What you have to do
Of the entries below, return only those lines from the line with "# Sketch1 → Boss-Extrude1 (new body)" to the line with "A parametric FreeCAD", exactly, both included.
====================
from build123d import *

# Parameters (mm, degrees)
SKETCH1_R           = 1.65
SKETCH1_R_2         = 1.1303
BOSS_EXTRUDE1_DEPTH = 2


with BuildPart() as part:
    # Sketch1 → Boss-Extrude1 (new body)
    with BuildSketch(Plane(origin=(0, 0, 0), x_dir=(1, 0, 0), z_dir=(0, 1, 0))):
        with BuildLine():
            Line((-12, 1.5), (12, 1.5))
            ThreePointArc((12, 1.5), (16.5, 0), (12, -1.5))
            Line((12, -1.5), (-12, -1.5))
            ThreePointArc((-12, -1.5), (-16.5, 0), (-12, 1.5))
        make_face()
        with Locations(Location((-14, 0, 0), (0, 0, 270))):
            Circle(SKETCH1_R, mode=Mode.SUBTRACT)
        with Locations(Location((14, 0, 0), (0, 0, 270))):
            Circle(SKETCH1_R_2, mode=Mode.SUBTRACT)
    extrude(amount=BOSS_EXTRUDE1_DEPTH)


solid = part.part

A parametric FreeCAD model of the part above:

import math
import FreeCAD as App
import Part
import Sketcher

V = App.Vector
Q = App.Units.Quantity

doc = App.newDocument("Part")
body = doc.addObject("PartDesign::Body", "Body")

sketch1 = body.newObject("Sketcher::SketchObject", "Sketch")
sketch1.AttachmentSupport = (doc.getObject("XZ_Plane"), [""])
sketch1.MapMode = "FlatFace"
sketch1.addGeometry([
    Part.LineSegment(V(12, -1.5, 0), V(-12, -1.5, 0)),
    Part.ArcOfCircle(Part.Circle(V(-14, 0, 0), V(0, 0, 1), 2.5), math.radians(36.869898), math.radians(323.130102)),
    Part.LineSegment(V(-12, 1.5, 0), V(12, 1.5, 0)),
    Part.ArcOfCircle(Part.Circle(V(14, 0, 0), V(0, 0, 1), 2.5), math.radians(-143.130102), math.radians(143.130102)),
    Part.Circle(V(14, 0, 0), V(0, 0, 1), 1.1303),
    Part.Circle(V(-14, 0, 0), V(0, 0, 1), 1.65),
], False)
sketch1.addConstraint([
    Sketcher.Constraint("Coincident", 0, 2, 1, 2),
    Sketcher.Constraint("Coincident", 1, 1, 2, 1),
    Sketcher.Constraint("Coincident", 2, 2, 3, 2),
    Sketcher.Constraint("Coincident", 3, 1, 0, 1),
    Sketcher.Constraint("Horizontal", 0),
    Sketcher.Constraint("Horizontal", 2),
    Sketcher.Constraint("Coincident", 4, 3, 3, 3),
    Sketcher.Constraint("Coincident", 5, 3, 1, 3),
    Sketcher.Constraint("Equal", 1, 3),
    Sketcher.Constraint("Symmetric", 1, 3, 3, 3, -1, 1),
    Sketcher.Constraint("Symmetric", 0, 2, 1, 1, -1),
    Sketcher.Constraint("Diameter", 5, Q("3.3 mm")),
    Sketcher.Constraint("Radius", 1, Q("2.5 mm")),
    Sketcher.Constraint("DistanceX", 0, 2, 0, 1, Q("24 mm")),
    Sketcher.Constraint("DistanceX", 1, 3, -1, 1, Q("14 mm")),
    Sketcher.Constraint("Diameter", 4, Q("2.2606 mm")),
])
pad1 = body.newObject("PartDesign::Pad", "Pad")
pad1.Profile = sketch1
pad1.Length = 2
pad1.Reversed = True

doc.recompute()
====================
Your response
    # Sketch1 → Boss-Extrude1 (new body)
    with BuildSketch(Plane(origin=(0, 0, 0), x_dir=(1, 0, 0), z_dir=(0, 1, 0))):
        with BuildLine():
            Line((-12, 1.5), (12, 1.5))
            ThreePointArc((12, 1.5), (16.5, 0), (12, -1.5))
            Line((12, -1.5), (-12, -1.5))
            ThreePointArc((-12, -1.5), (-16.5, 0), (-12, 1.5))
        make_face()
        with Locations(Location((-14, 0, 0), (0, 0, 270))):
            Circle(SKETCH1_R, mode=Mode.SUBTRACT)
        with Locations(Location((14, 0, 0), (0, 0, 270))):
            Circle(SKETCH1_R_2, mode=Mode.SUBTRACT)
    extrude(amount=BOSS_EXTRUDE1_DEPTH)


solid = part.part

A parametric FreeCAD model of the part above:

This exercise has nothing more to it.